* _What you are asked to do_
Among the entries below, one stretch runs from the line that contains "e110 v73 v69 LINE" through the line that contains "face PLANE(AX(P(32,9.75,-5.25),D(0,1,0),D(0,0,1))) rev ~[e115". Repeat that stretch exactly, ends included, and only that.

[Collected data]
=== Begin Enclosure ===

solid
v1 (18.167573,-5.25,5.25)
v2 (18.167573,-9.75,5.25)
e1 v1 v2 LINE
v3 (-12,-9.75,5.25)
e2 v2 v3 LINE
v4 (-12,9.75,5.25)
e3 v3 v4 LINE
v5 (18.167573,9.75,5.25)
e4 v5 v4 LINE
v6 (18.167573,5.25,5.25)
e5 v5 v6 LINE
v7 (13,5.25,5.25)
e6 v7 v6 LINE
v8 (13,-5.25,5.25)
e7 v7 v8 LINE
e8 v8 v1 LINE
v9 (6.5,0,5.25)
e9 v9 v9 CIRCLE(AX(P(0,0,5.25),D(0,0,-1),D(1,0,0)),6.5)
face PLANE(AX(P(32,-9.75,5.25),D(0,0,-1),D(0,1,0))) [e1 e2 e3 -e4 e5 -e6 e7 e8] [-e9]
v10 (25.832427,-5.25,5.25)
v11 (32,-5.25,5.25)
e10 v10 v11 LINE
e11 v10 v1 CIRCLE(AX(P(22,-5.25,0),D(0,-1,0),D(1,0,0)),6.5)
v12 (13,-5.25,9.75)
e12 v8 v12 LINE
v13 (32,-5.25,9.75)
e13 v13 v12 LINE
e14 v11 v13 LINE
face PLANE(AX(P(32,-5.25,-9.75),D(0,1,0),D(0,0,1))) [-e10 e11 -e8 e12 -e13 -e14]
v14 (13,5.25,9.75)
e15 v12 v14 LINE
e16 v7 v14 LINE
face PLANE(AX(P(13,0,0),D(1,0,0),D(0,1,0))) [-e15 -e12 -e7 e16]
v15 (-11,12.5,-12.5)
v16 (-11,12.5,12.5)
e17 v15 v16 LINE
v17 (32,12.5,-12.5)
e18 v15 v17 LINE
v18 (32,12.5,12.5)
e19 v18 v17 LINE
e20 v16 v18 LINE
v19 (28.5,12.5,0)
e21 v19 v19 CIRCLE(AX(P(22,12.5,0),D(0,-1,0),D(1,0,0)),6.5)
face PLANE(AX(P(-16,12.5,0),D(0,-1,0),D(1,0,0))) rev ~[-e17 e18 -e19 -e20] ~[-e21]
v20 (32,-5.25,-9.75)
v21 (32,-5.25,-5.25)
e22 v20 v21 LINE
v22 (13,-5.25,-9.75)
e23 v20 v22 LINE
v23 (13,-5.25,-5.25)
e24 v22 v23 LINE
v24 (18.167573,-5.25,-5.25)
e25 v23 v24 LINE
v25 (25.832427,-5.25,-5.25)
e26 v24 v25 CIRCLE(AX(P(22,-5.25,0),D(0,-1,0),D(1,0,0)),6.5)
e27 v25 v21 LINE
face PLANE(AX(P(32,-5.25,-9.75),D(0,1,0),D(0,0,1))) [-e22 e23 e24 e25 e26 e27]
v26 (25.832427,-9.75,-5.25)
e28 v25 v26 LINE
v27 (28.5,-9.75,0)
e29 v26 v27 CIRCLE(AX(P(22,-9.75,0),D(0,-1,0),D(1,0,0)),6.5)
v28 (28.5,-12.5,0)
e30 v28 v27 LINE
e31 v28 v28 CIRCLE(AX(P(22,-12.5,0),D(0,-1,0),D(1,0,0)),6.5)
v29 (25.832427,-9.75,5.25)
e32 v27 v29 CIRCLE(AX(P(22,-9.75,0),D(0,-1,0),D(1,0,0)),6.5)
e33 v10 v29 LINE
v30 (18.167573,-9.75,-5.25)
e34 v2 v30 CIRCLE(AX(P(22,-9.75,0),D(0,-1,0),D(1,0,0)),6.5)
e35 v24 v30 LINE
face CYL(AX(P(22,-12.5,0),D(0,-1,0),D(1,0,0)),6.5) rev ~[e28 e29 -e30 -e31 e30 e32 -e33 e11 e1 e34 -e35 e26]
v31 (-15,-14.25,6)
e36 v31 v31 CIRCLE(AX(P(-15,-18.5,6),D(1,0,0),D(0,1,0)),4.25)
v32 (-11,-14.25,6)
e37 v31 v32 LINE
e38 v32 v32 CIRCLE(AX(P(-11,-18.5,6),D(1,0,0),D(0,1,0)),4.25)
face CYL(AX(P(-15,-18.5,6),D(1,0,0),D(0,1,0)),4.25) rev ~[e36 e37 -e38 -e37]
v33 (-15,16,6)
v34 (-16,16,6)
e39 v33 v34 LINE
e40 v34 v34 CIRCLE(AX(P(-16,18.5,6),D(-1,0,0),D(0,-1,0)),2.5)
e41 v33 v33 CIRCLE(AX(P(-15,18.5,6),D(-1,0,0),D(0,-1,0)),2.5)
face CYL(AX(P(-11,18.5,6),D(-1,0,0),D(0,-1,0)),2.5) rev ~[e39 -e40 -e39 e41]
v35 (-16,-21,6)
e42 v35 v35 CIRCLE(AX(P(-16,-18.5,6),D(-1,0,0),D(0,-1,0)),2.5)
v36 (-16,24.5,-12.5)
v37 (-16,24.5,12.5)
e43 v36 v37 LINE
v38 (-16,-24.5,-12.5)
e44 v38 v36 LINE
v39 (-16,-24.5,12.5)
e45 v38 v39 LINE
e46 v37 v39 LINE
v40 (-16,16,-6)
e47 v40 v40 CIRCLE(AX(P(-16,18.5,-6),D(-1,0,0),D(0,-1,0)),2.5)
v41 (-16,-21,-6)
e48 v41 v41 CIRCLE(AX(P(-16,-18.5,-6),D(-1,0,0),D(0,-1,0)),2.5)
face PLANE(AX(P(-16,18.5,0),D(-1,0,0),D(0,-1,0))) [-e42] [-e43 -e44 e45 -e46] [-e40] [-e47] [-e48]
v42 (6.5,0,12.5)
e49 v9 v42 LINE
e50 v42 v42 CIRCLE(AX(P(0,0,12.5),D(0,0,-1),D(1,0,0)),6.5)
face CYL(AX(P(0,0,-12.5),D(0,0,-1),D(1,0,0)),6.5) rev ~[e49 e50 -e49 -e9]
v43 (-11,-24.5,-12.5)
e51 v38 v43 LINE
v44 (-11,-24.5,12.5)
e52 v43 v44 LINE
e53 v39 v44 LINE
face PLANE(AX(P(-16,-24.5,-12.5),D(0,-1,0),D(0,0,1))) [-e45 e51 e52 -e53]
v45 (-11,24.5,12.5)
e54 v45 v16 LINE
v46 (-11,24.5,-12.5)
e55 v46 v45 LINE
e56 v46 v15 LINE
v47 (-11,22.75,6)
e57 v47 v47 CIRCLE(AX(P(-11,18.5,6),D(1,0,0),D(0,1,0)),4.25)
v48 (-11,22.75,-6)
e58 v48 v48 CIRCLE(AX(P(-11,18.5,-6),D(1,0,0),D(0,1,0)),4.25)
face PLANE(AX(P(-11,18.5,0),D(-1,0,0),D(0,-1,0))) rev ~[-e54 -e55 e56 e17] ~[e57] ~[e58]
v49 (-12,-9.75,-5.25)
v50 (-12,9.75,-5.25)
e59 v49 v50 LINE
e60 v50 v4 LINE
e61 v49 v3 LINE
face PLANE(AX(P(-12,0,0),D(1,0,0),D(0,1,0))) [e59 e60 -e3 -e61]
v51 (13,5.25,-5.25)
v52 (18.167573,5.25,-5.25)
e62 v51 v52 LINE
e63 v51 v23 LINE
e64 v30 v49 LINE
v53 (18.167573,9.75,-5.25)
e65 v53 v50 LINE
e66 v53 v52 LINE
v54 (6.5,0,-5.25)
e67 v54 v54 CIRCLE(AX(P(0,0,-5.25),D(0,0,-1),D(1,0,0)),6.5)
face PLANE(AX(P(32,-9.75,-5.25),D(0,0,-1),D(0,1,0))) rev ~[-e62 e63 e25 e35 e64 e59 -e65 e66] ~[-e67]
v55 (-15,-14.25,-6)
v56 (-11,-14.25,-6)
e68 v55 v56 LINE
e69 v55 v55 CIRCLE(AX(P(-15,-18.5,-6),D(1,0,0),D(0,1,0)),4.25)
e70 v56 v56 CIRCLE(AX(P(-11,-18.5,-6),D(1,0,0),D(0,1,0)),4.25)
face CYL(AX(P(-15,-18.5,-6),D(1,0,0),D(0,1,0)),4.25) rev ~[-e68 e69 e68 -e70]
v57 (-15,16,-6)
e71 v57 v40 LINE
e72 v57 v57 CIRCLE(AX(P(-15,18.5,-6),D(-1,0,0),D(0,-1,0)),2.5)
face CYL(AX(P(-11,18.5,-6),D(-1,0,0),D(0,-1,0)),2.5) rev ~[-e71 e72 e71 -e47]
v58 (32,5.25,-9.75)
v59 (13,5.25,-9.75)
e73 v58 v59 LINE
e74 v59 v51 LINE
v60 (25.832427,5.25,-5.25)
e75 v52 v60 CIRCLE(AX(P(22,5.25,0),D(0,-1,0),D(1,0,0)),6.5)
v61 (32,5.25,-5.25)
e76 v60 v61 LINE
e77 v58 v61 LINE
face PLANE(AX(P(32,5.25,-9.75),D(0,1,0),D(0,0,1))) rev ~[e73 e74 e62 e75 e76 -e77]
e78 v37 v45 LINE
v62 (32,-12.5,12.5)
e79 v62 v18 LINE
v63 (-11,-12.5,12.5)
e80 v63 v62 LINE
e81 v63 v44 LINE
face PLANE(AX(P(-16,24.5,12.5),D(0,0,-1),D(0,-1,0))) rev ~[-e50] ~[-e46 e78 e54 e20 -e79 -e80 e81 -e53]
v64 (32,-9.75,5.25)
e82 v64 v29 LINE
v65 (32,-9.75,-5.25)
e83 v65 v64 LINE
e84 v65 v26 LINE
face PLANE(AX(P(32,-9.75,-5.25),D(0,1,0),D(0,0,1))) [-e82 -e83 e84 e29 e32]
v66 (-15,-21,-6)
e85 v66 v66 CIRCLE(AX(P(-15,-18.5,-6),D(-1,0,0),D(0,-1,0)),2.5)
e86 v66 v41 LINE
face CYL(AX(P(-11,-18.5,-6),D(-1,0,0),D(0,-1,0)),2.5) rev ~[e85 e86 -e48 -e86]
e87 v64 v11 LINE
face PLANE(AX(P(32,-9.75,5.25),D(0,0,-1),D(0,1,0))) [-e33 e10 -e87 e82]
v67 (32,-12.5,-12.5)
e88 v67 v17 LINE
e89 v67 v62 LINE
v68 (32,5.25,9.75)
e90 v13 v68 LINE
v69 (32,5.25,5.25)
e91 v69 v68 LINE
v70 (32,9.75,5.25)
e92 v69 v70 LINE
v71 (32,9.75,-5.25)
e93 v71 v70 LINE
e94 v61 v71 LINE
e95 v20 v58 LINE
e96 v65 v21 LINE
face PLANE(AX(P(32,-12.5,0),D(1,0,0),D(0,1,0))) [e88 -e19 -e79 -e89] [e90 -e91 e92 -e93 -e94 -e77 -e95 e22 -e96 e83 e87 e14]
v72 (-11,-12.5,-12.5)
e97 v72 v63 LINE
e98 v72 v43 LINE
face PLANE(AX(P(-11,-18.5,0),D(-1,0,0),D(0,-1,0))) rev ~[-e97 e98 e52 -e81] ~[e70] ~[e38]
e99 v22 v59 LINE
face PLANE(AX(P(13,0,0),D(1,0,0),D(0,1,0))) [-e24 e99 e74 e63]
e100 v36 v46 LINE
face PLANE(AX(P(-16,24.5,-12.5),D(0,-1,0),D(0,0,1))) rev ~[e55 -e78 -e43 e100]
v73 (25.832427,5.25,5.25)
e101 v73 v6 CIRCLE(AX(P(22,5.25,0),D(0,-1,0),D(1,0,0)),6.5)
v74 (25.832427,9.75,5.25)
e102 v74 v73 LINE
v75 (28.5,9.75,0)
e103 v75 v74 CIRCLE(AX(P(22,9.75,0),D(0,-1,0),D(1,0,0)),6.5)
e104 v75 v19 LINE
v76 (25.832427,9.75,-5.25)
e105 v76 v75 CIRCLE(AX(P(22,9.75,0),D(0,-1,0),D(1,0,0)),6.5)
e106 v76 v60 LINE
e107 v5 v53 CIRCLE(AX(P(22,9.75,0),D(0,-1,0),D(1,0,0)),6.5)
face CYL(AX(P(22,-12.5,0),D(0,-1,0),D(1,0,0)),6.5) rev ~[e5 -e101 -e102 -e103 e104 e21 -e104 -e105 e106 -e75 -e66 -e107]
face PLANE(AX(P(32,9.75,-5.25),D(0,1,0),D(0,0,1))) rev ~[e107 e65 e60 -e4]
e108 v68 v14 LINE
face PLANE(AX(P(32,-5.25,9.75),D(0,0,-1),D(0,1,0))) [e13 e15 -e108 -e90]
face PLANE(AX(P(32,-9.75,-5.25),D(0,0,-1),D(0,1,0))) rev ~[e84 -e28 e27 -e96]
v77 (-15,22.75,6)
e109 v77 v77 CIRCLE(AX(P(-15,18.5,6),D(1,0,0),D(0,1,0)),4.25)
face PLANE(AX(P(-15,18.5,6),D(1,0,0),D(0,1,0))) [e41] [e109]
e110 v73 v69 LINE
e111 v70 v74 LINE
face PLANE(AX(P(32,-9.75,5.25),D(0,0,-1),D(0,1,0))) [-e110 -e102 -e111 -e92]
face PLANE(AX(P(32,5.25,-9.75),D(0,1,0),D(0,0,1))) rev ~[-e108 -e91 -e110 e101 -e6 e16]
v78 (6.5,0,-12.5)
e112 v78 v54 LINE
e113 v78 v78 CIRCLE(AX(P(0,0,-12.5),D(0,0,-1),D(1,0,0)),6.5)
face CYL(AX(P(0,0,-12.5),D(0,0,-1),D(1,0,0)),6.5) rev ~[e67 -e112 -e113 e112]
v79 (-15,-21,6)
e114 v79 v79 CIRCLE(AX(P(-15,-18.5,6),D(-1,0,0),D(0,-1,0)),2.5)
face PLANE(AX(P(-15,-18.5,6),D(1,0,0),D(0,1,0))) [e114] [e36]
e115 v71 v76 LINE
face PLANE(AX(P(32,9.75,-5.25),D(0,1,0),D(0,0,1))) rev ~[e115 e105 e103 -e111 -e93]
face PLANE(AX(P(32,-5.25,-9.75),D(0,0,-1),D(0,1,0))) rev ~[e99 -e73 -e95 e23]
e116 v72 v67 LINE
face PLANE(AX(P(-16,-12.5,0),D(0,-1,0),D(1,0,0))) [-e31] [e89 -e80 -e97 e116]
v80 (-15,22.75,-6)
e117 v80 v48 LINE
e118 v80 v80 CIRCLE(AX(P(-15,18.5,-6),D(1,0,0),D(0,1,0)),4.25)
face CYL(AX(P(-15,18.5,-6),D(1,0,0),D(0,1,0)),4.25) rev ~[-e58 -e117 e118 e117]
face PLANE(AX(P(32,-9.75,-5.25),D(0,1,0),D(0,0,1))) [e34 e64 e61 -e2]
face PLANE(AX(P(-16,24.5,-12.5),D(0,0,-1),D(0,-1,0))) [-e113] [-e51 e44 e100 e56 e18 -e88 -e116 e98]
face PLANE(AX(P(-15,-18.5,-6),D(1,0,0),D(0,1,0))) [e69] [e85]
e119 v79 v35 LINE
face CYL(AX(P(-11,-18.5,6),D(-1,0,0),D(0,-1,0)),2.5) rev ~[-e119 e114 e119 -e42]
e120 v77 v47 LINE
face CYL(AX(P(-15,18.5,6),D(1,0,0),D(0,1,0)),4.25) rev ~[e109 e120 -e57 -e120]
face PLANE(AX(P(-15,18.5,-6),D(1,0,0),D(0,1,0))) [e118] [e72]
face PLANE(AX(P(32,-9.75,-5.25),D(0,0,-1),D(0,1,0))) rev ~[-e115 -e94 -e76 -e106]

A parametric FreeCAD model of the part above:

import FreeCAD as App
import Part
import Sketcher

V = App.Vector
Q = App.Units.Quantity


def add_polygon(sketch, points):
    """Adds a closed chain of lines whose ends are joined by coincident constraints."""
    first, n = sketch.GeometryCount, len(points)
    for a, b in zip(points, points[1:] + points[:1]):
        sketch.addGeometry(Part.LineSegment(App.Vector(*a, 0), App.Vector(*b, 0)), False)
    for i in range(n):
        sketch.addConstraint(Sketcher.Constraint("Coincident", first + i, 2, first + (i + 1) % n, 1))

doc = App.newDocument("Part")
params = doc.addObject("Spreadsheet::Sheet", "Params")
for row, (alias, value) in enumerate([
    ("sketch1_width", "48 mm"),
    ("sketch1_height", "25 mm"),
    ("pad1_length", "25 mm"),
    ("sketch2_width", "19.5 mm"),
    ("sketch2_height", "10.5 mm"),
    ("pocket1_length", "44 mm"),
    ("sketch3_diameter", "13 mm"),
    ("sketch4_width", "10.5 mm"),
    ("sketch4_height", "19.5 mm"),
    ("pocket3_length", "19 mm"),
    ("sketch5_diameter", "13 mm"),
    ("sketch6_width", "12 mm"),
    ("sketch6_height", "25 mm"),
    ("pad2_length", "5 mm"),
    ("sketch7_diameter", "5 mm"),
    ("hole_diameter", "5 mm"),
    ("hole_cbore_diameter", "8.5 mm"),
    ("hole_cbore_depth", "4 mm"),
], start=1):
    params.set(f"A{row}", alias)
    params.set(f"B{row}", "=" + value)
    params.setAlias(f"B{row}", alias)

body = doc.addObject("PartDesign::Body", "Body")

=== End Enclosure ===

* _Output below_
e110 v73 v69 LINE
e111 v70 v74 LINE
face PLANE(AX(P(32,-9.75,5.25),D(0,0,-1),D(0,1,0))) [-e110 -e102 -e111 -e92]
face PLANE(AX(P(32,5.25,-9.75),D(0,1,0),D(0,0,1))) rev ~[-e108 -e91 -e110 e101 -e6 e16]
v78 (6.5,0,-12.5)
e112 v78 v54 LINE
e113 v78 v78 CIRCLE(AX(P(0,0,-12.5),D(0,0,-1),D(1,0,0)),6.5)
face CYL(AX(P(0,0,-12.5),D(0,0,-1),D(1,0,0)),6.5) rev ~[e67 -e112 -e113 e112]
v79 (-15,-21,6)
e114 v79 v79 CIRCLE(AX(P(-15,-18.5,6),D(-1,0,0),D(0,-1,0)),2.5)
face PLANE(AX(P(-15,-18.5,6),D(1,0,0),D(0,1,0))) [e114] [e36]
e115 v71 v76 LINE
face PLANE(AX(P(32,9.75,-5.25),D(0,1,0),D(0,0,1))) rev ~[e115 e105 e103 -e111 -e93]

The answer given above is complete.